The FSA's general approach
When it considers how it should deal with a concern about a firm, the FSA will have regard to its regulatory objectives and the range of regulatory tools that are available to it. It will also have regard to:
The FSA will proceed on the basis that a firm (together with its directors and senior management) is primarily responsible for ensuring the firm conducts its business in compliance with the Act and the Principles and the rules. In the context of its enforcement activities, the FSA will take formal action affecting the conduct of a firm's commercial business only if that business is being conducted in such a way that the FSA judges it necessary to act in order to secure compliance with those requirements and/or address the consequences of non-compliance. In the context of its supervision activities, the FSA may take formal action in the circumstances described in SUP 7.3 including where:
- (1)
the FSA determines that a firm's management, business or internal controls give rise to risks that are not fully captured by the FSA's rules; or
- (2)
a firm becomes or is to become involved in new products or selling practices which present risks not captured by existing requirements; or
- (3)
there has been a change in a firm's structure, controllers, activities or strategy which generates uncertainty or creates unusual or exceptional risks.

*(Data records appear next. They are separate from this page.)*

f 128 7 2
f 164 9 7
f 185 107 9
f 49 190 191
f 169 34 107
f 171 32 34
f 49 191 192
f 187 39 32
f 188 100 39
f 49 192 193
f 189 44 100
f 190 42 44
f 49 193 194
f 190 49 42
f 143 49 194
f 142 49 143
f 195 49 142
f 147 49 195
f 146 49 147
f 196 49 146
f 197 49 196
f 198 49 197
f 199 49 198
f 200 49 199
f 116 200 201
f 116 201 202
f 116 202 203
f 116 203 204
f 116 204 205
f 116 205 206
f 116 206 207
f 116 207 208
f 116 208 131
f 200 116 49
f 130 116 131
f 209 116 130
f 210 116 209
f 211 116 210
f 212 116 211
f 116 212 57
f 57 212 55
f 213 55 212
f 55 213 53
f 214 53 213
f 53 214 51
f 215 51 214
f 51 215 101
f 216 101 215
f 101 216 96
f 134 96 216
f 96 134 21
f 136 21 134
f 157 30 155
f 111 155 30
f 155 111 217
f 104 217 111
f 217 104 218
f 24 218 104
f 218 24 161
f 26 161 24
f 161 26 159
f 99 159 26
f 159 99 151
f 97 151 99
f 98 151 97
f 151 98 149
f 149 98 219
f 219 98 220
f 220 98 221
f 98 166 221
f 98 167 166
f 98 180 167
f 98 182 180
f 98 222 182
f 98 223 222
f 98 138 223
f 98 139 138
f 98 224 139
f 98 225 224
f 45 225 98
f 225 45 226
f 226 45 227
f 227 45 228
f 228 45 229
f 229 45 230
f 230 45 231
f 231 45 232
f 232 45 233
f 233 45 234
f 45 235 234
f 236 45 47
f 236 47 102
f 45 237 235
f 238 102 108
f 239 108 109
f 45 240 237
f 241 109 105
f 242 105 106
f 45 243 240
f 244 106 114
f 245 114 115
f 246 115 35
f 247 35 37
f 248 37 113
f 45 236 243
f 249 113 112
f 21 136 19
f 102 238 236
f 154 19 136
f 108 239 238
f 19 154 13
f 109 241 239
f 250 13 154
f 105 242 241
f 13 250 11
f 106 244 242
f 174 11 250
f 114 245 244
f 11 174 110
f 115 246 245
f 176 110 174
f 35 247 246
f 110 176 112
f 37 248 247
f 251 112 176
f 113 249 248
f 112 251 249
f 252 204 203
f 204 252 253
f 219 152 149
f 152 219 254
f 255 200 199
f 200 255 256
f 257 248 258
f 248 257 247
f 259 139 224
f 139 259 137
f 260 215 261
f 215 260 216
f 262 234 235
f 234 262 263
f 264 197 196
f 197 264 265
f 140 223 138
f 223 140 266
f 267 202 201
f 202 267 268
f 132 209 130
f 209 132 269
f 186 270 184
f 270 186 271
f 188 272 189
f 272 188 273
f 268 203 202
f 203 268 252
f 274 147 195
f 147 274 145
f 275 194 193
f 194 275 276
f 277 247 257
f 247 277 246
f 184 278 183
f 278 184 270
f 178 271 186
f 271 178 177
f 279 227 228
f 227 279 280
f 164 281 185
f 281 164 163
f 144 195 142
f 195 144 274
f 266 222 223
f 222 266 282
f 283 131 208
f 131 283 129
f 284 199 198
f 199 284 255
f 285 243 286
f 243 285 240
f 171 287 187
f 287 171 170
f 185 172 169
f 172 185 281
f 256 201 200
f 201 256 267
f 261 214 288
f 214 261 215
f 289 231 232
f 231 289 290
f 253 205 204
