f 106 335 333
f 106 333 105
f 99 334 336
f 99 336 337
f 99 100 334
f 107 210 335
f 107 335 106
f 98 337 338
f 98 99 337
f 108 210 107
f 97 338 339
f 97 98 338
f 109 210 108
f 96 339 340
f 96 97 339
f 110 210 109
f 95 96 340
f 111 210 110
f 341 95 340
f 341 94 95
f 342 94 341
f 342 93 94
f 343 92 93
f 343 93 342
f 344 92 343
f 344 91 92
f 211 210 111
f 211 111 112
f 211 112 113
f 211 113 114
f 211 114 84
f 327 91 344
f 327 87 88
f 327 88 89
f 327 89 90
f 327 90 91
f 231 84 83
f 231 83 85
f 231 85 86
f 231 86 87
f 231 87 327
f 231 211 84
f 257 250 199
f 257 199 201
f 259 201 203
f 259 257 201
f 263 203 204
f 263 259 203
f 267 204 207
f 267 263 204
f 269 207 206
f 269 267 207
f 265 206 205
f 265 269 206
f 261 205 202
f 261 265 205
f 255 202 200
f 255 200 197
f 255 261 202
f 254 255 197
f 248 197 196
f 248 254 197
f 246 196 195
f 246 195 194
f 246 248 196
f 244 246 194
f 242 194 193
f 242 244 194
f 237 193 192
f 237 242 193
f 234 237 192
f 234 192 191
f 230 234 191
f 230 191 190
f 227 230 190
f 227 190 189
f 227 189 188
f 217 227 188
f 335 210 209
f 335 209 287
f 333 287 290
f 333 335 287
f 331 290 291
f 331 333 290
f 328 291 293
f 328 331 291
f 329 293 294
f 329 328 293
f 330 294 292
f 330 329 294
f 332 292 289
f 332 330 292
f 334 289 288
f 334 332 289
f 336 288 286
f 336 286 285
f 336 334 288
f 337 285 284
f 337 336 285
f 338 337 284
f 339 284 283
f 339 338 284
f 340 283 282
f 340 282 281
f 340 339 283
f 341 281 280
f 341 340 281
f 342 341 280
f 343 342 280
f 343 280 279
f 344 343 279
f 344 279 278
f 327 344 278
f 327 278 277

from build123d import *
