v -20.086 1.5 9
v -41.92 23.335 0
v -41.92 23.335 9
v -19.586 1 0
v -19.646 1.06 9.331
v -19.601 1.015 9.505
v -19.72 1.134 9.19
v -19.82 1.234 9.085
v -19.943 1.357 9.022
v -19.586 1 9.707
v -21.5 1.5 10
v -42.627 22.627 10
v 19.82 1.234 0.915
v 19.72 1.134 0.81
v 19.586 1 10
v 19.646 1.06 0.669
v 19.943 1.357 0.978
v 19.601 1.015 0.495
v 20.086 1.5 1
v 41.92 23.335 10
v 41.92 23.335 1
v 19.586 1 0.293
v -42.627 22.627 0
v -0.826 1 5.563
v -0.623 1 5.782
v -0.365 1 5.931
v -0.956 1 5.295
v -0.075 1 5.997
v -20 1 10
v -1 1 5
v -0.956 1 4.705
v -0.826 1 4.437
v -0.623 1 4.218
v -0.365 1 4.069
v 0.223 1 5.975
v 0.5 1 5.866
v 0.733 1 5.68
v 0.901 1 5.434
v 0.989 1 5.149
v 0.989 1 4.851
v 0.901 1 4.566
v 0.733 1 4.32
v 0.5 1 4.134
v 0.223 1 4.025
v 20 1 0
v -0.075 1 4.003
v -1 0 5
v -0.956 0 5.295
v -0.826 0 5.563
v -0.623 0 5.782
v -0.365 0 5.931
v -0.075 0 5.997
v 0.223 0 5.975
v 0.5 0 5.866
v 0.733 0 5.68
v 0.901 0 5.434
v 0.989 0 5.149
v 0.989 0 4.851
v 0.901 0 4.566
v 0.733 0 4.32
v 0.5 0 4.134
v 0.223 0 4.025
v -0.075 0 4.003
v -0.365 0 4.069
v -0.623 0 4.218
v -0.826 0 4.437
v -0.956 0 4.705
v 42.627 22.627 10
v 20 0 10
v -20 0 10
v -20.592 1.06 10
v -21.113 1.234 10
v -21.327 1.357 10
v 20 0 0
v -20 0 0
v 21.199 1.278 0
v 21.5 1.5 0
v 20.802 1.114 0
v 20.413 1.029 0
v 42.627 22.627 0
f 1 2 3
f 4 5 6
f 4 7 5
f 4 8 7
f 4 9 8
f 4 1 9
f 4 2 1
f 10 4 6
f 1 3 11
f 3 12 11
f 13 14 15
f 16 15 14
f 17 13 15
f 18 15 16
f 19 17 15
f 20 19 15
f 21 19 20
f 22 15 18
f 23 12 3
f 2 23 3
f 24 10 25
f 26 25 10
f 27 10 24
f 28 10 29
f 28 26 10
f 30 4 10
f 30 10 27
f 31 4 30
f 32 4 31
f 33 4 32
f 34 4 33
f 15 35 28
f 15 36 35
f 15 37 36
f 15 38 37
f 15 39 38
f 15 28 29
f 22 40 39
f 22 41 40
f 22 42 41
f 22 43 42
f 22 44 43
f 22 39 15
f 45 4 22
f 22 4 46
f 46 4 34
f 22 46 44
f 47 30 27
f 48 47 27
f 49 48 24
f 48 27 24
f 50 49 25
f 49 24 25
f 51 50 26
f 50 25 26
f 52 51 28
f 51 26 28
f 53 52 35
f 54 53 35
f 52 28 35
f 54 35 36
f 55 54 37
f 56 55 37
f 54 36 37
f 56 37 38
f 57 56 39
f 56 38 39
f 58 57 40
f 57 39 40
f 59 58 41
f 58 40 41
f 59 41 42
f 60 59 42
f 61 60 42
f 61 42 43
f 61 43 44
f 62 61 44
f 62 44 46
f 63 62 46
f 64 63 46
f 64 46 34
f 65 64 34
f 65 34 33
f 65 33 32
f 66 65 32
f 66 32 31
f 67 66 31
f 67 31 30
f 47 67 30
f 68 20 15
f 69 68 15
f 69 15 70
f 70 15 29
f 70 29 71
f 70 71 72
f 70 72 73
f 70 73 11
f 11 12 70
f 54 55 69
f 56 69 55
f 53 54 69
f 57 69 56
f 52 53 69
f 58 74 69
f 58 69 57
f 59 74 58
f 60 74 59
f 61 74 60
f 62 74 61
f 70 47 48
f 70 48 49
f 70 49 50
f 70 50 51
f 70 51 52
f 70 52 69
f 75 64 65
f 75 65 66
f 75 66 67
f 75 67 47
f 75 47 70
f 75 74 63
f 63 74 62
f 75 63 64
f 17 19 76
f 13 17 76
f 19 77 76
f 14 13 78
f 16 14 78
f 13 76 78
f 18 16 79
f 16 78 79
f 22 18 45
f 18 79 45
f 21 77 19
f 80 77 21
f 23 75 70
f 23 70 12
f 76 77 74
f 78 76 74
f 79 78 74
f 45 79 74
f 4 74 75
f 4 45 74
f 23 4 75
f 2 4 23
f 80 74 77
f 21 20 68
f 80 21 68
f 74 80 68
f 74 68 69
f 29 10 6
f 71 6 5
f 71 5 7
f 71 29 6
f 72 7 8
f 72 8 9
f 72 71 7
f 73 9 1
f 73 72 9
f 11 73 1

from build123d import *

# Parameters (mm, degrees)
BLADE_EXTRUDE_DEPTH        = 10
BLADE_CUT_SIZE             = 1
EDGE_ROUNDING_R            = 1
SKETCH2_R                  = 1
HOLE_FOR_SCREW_BLADE_DEPTH = 10


with BuildPart() as part:
    # Sketch1 → Blade Extrude (new body)
    with BuildSketch(Plane.XY):
        Polygon((20, 0), (-20, 0), (-42.627416998, 22.627416998), (-41.920310217, 23.334523779), (-19.585786438, 1), (19.585786438, 1), (41.920310217, 23.334523779), (42.627416998, 22.627416998), align=None)
    extrude(amount=BLADE_EXTRUDE_DEPTH)

    # Blade Cut
    blade_cut_edges = [part.edges().sort_by_distance(p)[0] for p in [
        (30.753048327, 12.16726189, 0),
        (-30.753048327, 12.16726189, 10),
    ]]
    chamfer(blade_cut_edges, length=BLADE_CUT_SIZE - 0.0001)  # a hair under: the kernel refuses the full size

    # Edge Rounding
    edge_rounding_edges = [part.edges().sort_by_distance(p)[0] for p in [
        (20.292822508, 1, 0.49995),
        (-20.292822508, 1, 9.50005),
    ]]
    fillet(edge_rounding_edges, radius=EDGE_ROUNDING_R)

    # Sketch2 → Hole for Screw (Blade) (cut)
    with BuildSketch(Plane(origin=(0, 1, 0), x_dir=(1, 0, 0), z_dir=(0, 1, 0))):
        with Locations(Location((0, -5, 0), (0, 0, 180))):
            Circle(SKETCH2_R)
    extrude(amount=-HOLE_FOR_SCREW_BLADE_DEPTH, mode=Mode.SUBTRACT)


solid = part.part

The FSA envisages that firms will normally take the steps referred to in ENF 3.5.4 G without the need for it to use its own-initiative powers. In the vast majority of cases the FSA will seek to agree with a firm those steps the firm must take to address the FSA's concerns.

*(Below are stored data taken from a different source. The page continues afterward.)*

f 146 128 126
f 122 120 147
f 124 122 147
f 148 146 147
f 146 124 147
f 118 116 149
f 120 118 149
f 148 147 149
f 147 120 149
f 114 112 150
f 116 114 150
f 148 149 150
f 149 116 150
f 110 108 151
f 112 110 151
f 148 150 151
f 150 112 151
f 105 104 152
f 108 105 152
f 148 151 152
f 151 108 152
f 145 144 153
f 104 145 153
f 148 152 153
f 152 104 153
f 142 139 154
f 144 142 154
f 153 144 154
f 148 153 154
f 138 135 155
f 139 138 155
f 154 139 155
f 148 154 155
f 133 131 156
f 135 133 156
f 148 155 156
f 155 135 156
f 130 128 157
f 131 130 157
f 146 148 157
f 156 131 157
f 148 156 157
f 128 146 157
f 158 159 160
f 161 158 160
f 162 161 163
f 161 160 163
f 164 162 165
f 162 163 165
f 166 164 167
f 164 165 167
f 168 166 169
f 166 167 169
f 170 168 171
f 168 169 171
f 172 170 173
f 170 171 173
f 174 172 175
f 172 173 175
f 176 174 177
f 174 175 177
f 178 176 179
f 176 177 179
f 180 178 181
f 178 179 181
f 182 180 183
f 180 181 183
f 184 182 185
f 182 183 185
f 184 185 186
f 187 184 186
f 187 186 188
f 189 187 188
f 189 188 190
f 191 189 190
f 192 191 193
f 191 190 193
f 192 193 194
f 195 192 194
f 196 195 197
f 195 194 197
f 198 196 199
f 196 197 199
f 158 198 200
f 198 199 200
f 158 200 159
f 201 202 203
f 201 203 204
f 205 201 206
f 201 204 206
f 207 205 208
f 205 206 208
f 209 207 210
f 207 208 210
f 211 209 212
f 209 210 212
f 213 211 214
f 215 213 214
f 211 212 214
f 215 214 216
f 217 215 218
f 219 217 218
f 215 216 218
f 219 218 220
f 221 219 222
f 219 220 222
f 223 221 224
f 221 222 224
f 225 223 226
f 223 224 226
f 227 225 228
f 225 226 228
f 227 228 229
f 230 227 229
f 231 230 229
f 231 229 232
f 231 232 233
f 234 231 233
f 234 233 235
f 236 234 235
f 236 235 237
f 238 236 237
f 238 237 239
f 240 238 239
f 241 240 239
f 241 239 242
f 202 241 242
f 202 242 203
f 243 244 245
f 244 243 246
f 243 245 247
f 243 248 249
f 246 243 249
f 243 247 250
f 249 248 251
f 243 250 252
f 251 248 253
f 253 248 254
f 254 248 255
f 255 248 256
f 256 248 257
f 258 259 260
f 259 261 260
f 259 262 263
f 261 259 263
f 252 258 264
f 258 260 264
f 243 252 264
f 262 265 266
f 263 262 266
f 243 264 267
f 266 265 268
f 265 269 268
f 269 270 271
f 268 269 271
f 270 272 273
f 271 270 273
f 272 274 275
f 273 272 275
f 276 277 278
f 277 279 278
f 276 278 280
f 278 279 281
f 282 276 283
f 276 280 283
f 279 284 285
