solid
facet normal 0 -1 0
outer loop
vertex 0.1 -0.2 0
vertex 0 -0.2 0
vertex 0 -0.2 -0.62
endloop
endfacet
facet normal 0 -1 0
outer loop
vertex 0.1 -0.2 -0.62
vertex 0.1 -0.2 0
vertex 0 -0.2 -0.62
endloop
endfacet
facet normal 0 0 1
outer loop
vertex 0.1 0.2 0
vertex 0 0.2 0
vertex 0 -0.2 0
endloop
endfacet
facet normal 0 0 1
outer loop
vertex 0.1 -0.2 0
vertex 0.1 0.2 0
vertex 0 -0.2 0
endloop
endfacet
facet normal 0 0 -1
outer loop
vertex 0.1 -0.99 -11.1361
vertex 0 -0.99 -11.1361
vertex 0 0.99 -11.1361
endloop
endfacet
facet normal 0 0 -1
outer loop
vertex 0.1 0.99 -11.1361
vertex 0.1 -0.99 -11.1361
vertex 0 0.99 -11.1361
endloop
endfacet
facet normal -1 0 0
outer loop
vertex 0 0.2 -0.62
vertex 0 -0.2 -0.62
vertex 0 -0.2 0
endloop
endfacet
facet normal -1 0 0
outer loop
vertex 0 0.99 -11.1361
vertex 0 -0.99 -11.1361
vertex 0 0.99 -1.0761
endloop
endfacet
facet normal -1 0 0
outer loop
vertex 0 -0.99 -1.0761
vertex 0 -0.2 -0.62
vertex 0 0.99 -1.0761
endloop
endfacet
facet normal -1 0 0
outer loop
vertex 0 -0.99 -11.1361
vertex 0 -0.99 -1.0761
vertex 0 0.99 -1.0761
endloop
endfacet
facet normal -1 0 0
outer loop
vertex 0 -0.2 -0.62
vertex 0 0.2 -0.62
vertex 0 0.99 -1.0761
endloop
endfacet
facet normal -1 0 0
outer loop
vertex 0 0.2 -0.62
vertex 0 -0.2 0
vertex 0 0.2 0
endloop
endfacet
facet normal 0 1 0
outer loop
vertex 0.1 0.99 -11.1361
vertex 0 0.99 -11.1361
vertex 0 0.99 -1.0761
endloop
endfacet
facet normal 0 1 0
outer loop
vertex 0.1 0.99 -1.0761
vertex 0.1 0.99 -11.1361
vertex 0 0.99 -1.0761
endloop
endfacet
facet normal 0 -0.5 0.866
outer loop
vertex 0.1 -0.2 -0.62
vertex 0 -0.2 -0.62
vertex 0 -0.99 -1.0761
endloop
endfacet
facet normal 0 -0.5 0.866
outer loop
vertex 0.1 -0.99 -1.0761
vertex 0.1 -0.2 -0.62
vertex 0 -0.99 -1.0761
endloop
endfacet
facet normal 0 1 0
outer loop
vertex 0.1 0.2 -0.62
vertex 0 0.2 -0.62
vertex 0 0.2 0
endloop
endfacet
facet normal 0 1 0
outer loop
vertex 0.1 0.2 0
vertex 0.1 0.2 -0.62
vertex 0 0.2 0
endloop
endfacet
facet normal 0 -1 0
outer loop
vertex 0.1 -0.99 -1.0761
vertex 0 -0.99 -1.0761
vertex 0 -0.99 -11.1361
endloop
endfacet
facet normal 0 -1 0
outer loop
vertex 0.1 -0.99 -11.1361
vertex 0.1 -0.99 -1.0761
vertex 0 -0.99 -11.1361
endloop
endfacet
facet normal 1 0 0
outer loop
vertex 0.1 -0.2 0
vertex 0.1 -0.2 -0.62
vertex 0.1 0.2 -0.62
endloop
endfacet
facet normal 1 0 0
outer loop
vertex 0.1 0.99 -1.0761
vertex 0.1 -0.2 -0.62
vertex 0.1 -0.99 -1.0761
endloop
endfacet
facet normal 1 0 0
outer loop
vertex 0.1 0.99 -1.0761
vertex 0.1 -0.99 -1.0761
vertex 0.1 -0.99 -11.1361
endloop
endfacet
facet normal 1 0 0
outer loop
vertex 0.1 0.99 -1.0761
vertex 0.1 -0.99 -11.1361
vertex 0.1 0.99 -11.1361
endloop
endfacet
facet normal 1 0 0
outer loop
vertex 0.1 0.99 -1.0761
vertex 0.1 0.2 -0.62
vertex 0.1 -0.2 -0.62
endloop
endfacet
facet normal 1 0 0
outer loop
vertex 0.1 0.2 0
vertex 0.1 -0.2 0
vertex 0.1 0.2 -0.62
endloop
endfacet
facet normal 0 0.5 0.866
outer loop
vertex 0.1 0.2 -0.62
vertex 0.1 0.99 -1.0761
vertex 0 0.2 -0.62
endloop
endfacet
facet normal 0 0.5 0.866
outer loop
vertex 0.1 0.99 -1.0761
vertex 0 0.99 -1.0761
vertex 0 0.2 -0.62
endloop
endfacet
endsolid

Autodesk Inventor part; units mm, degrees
ref_plane "YZ Plane" through (0, 0, 0) normal (1, 0, 0) x (0, 1, 0)
ref_plane "XZ Plane" through (0, 0, 0) normal (0, 1, 0) x (-1, 0, 0)
ref_plane "XY Plane" through (0, 0, 0) normal (0, 0, 1) x (1, 0, 0)
sketch "Boceto2" plane through (0, 0, 0) normal (1, 0, 0) x (0, 1, 0)
  line L0 (-0.2, 0) -> (-0.2, -0.62)
  line L1 (-0.2, -0.62) -> (-0.99, -1.0761)
  line L2 (-0.99, -1.0761) -> (-0.99, -11.1361)
  line L3 (-0.99, -11.1361) -> (0, -11.1361)
  line L4 (0, 0) -> (-0.2, 0)
  line L5 (0, -11.1361) -> (0, 0)
  dimension "d10" = 0.2
  dimension "d11" = 0.62
  dimension "d12" = 10.06
  dimension "d13" = 60
  dimension "d14" = 0.99
extrude "Extrusión1" add sketch "Boceto2" along normal blind 0.1
mirror "Simetría1" about plane through (0, 0, -11.1361) normal (0, 1, 0) of "Extrusión1"
equation "\"d10\" = 0.5 * d18"
equation "\"d11\" = d15"
equation "\"d12\" = d16"
equation "\"d13\" = d17"
equation "\"d14\" = 0.5 * d19"
equation "\"Dc\" = 0.4"
equation "\"Lc\" = 0.62"
equation "\"Ln\" = 10.06"
equation "\"Do\" = 1.98"
equation "\"alfa\" = 60deg"
equation "\"d15\" = 0.62"
equation "\"d16\" = 10.06"
equation "\"d17\" = 60deg"
equation "\"d18\" = 0.4"
equation "\"d19\" = 1.98"
properties part number "2DBoquilla0.4"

Where the FSA considers that it cannot rely on a firm taking effective action, or if the firm fails to comply with the FSA's reasonable request for it to take remedial steps, the FSA will consider exercising its formal powers under section 45 of the Act. This may include instances where the FSA is concerned that the consequences of a firm not taking the desired steps may be serious and:
- (1)
the firm appears unwilling or unable to take adequate and timely steps to address the FSA's concerns; or
- (2)
the imposition of a formal statutory requirement may assist the firm to take steps which would otherwise be difficult because of legal obligations owed to third parties.
Section 45 of the Act empowers the FSA to vary, or alternatively to cancel, a firm'sPart IV permission. The same statutory grounds apply to the exercise of both those powers. They are set out in section 45(1) Cases A to C (see ENF 3.3.2 G).
Circumstances in which the FSA will consider varying a firm'sPart IV permission in support of its enforcement function include those where it has serious concerns about a firm, or about the way its business is being or has been conducted, but the concerns are not such as to suggest it should cancel the firm'sPart IV permission (see ENF 5). Examples of these circumstances are where:
- (1)
under Case A (see ENF 3.3.2 G (1)), the firm appears to be failing, or appears likely to fail, to satisfy the threshold conditions relating to one or more, or all, of its regulated activities, because for instance:
- (a)
the firm's material and financial resources appear inadequate for the scale or type of regulated activity it is carrying on; or
- (b)
the firm appears not to be a fit and proper person to carry on a regulated activity because:
- (i)
it has not conducted its business in compliance with high standards which may include putting itself at risk of being used for the purposes of financial crime or being otherwise involved in such crime
- (ii)
it has not been managed competently and prudently and has not exercised due skill, care, and diligence in carrying on one or more, or all, of its regulated activities;
- (iii)
it has breached requirements imposed on it by or under the Act (including the Principles and the rules) and the breaches are material in number or in individual seriousness;
- (i)
- (a)
- (2)
under Case C (see ENF 3.3.2 G (3)), it appears that the interests of consumers are at risk because the firm appears to have breached any of Principles 6 to 10 (see PRIN 2.1.1 R) to such an extent that it is desirable that limitations, restrictions, or prohibitions are placed on the firm's regulated activity.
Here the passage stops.